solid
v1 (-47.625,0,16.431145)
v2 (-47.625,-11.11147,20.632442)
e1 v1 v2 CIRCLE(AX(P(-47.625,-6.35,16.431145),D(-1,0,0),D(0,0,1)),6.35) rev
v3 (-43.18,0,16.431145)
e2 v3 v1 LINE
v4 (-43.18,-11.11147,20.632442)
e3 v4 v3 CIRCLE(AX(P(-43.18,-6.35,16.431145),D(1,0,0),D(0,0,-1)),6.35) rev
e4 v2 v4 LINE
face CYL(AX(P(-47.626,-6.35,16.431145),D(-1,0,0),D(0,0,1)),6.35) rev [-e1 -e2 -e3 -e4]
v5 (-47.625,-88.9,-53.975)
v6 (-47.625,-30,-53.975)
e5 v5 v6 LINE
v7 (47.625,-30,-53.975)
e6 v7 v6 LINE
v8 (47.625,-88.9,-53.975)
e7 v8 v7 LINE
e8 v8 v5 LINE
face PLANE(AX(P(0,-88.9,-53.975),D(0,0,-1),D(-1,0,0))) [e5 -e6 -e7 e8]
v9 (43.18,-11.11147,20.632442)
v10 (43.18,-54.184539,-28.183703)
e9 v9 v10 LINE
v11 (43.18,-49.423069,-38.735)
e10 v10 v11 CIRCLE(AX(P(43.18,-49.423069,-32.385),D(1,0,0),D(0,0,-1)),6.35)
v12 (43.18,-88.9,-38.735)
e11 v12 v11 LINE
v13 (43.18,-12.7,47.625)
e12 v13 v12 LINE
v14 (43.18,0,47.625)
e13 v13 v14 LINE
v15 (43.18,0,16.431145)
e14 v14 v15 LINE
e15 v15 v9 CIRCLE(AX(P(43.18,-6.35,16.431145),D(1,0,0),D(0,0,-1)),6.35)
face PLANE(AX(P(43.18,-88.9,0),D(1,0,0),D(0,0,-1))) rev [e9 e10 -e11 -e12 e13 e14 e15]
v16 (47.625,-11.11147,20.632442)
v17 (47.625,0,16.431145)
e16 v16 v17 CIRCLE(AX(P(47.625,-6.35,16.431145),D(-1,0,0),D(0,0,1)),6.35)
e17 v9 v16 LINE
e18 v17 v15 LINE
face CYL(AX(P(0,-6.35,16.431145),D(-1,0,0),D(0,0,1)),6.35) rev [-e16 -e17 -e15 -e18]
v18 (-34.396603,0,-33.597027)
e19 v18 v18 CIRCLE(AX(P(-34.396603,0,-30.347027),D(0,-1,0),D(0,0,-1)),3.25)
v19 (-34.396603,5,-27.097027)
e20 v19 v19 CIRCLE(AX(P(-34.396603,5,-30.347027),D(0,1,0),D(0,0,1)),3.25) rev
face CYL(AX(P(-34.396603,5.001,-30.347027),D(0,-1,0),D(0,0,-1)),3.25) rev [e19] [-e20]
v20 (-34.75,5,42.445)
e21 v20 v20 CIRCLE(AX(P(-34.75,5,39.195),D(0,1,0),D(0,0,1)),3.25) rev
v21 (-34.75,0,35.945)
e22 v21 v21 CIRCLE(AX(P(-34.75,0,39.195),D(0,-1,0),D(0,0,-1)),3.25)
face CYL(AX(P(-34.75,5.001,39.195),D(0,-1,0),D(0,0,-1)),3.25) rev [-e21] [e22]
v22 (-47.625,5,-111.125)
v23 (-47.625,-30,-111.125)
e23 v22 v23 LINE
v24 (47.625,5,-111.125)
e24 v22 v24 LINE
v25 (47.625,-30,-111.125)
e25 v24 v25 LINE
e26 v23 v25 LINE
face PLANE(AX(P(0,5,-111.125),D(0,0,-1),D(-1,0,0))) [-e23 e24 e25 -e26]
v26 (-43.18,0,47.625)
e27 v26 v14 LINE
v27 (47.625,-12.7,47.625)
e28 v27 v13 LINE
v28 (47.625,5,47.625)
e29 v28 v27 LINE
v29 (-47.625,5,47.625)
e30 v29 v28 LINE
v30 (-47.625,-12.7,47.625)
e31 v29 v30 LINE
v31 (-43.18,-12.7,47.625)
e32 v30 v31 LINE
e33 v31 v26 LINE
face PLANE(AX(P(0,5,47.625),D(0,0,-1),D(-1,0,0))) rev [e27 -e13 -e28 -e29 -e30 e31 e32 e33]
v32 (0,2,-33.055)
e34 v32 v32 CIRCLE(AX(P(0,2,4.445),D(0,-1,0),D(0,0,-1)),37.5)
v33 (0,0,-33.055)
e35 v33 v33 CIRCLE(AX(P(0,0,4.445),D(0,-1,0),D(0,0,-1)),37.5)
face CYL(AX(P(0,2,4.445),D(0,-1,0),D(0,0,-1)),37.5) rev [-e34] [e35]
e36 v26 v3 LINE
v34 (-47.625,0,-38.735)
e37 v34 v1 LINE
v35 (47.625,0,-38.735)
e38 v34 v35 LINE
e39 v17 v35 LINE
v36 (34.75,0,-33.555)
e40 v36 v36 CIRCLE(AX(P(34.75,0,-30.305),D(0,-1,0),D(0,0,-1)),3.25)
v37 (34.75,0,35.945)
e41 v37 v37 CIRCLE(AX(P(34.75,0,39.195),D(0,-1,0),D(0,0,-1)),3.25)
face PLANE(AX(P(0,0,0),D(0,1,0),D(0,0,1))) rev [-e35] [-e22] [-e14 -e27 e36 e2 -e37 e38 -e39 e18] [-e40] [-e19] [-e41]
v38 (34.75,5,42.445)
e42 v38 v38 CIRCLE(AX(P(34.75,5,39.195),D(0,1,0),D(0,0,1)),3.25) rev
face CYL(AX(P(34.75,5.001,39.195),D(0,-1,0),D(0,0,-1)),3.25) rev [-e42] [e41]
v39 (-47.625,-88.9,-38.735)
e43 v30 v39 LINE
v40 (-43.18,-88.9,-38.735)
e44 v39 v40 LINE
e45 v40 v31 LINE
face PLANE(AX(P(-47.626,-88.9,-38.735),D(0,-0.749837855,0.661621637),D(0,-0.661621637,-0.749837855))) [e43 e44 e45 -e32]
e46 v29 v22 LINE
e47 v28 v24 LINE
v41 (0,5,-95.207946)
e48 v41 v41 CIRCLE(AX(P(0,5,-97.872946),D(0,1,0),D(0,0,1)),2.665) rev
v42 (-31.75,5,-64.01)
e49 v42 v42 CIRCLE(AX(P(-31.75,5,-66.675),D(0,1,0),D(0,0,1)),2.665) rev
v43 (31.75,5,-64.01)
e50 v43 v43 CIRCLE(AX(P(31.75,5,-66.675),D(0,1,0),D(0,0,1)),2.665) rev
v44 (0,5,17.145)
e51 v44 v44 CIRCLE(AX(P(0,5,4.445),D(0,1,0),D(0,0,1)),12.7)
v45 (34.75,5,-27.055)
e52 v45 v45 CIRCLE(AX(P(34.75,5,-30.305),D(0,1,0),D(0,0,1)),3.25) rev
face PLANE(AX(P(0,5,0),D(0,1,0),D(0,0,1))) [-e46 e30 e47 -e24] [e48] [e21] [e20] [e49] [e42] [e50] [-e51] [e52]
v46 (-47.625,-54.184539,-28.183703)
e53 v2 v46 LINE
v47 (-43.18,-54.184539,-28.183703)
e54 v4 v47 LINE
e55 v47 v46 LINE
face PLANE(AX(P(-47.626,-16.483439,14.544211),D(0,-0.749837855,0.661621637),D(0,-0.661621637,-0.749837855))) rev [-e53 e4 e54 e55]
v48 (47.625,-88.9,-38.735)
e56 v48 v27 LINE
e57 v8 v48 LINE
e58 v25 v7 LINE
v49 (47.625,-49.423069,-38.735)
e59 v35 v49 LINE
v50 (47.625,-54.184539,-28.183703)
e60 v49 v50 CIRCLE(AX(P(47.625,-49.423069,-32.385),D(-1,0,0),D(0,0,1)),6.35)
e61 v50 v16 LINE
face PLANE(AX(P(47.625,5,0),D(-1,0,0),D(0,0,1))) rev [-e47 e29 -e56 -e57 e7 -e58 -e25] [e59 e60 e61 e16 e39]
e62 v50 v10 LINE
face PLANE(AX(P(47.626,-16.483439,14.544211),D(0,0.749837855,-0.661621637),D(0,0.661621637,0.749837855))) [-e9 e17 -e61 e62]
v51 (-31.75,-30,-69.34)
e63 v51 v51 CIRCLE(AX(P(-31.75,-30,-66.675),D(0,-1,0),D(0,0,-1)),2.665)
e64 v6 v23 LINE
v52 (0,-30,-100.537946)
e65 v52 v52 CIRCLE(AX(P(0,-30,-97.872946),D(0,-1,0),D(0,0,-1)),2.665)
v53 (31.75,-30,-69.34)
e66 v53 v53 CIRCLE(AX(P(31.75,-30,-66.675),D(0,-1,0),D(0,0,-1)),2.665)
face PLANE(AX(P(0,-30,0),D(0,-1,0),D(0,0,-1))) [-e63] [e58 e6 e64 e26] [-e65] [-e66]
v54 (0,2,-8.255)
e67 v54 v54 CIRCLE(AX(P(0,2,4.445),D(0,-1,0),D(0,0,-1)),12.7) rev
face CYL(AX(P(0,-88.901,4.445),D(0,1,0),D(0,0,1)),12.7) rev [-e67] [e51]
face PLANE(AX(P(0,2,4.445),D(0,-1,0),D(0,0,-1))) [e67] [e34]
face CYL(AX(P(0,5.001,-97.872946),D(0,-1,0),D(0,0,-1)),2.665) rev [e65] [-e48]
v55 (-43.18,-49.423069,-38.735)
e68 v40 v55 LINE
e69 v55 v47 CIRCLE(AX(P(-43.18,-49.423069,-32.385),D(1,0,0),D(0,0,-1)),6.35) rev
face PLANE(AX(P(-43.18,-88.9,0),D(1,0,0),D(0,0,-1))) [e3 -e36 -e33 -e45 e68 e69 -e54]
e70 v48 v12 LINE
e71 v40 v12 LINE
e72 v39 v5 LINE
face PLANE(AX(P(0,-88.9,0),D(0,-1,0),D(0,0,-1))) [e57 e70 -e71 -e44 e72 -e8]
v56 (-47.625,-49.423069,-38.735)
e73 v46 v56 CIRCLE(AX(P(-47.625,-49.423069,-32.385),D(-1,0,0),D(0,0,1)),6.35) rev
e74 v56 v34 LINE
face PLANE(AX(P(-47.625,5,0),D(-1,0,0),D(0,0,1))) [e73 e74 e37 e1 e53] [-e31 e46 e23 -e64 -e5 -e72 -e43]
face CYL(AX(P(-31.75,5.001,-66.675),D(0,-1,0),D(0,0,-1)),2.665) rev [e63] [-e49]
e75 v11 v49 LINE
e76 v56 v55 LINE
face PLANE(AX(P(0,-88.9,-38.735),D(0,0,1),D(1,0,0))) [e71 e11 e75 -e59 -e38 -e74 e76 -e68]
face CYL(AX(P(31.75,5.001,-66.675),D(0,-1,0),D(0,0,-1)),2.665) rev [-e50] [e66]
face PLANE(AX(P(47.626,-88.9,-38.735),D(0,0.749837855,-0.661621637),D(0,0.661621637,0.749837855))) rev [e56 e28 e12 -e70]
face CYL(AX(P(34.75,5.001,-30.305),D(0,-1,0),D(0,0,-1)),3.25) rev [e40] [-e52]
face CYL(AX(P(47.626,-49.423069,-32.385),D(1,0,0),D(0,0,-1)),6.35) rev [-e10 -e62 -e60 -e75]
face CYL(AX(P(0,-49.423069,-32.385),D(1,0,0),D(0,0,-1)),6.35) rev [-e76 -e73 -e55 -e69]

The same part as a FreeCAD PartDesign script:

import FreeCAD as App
import Part
import Sketcher
Q = App.Units.Quantity


def edges_at(feature, points):
    """Names of the edges that pass closest to the given points."""
    edges = feature.Shape.Edges
    near = lambda p: min(range(len(edges)), key=lambda i: edges[i].distToShape(Part.Vertex(*p))[0])
    return sorted({f"Edge{near(p) + 1}" for p in points})


def add_polygon(sketch, points):
    """Adds a closed chain of lines whose ends are joined by coincident constraints."""
    first, n = sketch.GeometryCount, len(points)
    for a, b in zip(points, points[1:] + points[:1]):
        sketch.addGeometry(Part.LineSegment(App.Vector(*a, 0), App.Vector(*b, 0)), False)
    for i in range(n):
        sketch.addConstraint(Sketcher.Constraint("Coincident", first + i, 2, first + (i + 1) % n, 1))

doc = App.newDocument("Part")
params = doc.addObject("Spreadsheet::Sheet", "Params")
for row, (alias, value) in enumerate([
    ("sketch1_width", "3.75 in"),
    ("sketch1_height", "6.25 in"),
    ("pad1_length", "5 mm"),
    ("sketch2_height", "4 in"),
    ("sketch2_width", "3.4 in"),
    ("sketch2_width2", "3.75 in"),
    ("pad2_length", "3.5 in"),
    ("sketch3_width", "3 in"),
    ("sketch3_height", "3.4 in"),
    ("sketch4_width", "3 in"),
    ("sketch4_height", "3.4 in"),
    ("pocket2_length", "3.575 in"),
    ("pocket3_length", "2 mm"),
    ("pocket5_length", "3.575 in"),
    ("fillet_radius", "0.25 in"),
    ("sketch8_width", "3.75 in"),
    ("sketch8_height", "2.25 in"),
    ("pad3_length", "30 mm"),
    ("sketch12_diameter", "1 in"),
], start=1):
    params.set(f"A{row}", alias)
    params.set(f"B{row}", "=" + value)
    params.setAlias(f"B{row}", alias)

body = doc.addObject("PartDesign::Body", "Body")

# Sketch on XZ plane
sketch1 = body.newObject("Sketcher::SketchObject", "Sketch")
sketch1.AttachmentSupport = (doc.getObject("XZ_Plane"), [""])
sketch1.MapMode = "FlatFace"
add_polygon(sketch1, [(-48, -111), (-48, 48), (48, 48), (48, -111)])  # lines 0-3
sketch1.addConstraint(Sketcher.Constraint("Vertical", 0))
sketch1.addConstraint(Sketcher.Constraint("Horizontal", 1))
sketch1.addConstraint(Sketcher.Constraint("Vertical", 2))
sketch1.addConstraint(Sketcher.Constraint("Horizontal", 3))
sketch1.addConstraint(Sketcher.Constraint("DistanceX", 1, 1, 1, 2, Q("3.75 in")))
sketch1.addConstraint(Sketcher.Constraint("DistanceY", 0, 1, 0, 2, Q("6.25 in")))
sketch1.addConstraint(Sketcher.Constraint("DistanceX", 0, 2, -1, 1, Q("1.875 in")))
sketch1.addConstraint(Sketcher.Constraint("DistanceY", -1, 1, 0, 2, Q("1.875 in")))
sketch1.setExpression("Constraints[8]", "Params.sketch1_width")
sketch1.setExpression("Constraints[9]", "Params.sketch1_height")
pad1 = body.newObject("PartDesign::Pad", "Pad")
pad1.Profile = sketch1
pad1.setExpression("Length", "Params.pad1_length")
pad1.Reversed = True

+++

From the line that has "v46 (-47.625,-54.184539,-28.183703)" through the line that has "e56 v48 v27 LINE", copy every line exactly as it appears above, and leave out all others.

Result below >>
v46 (-47.625,-54.184539,-28.183703)
e53 v2 v46 LINE
v47 (-43.18,-54.184539,-28.183703)
e54 v4 v47 LINE
e55 v47 v46 LINE
face PLANE(AX(P(-47.626,-16.483439,14.544211),D(0,-0.749837855,0.661621637),D(0,-0.661621637,-0.749837855))) rev [-e53 e4 e54 e55]
v48 (47.625,-88.9,-38.735)
e56 v48 v27 LINE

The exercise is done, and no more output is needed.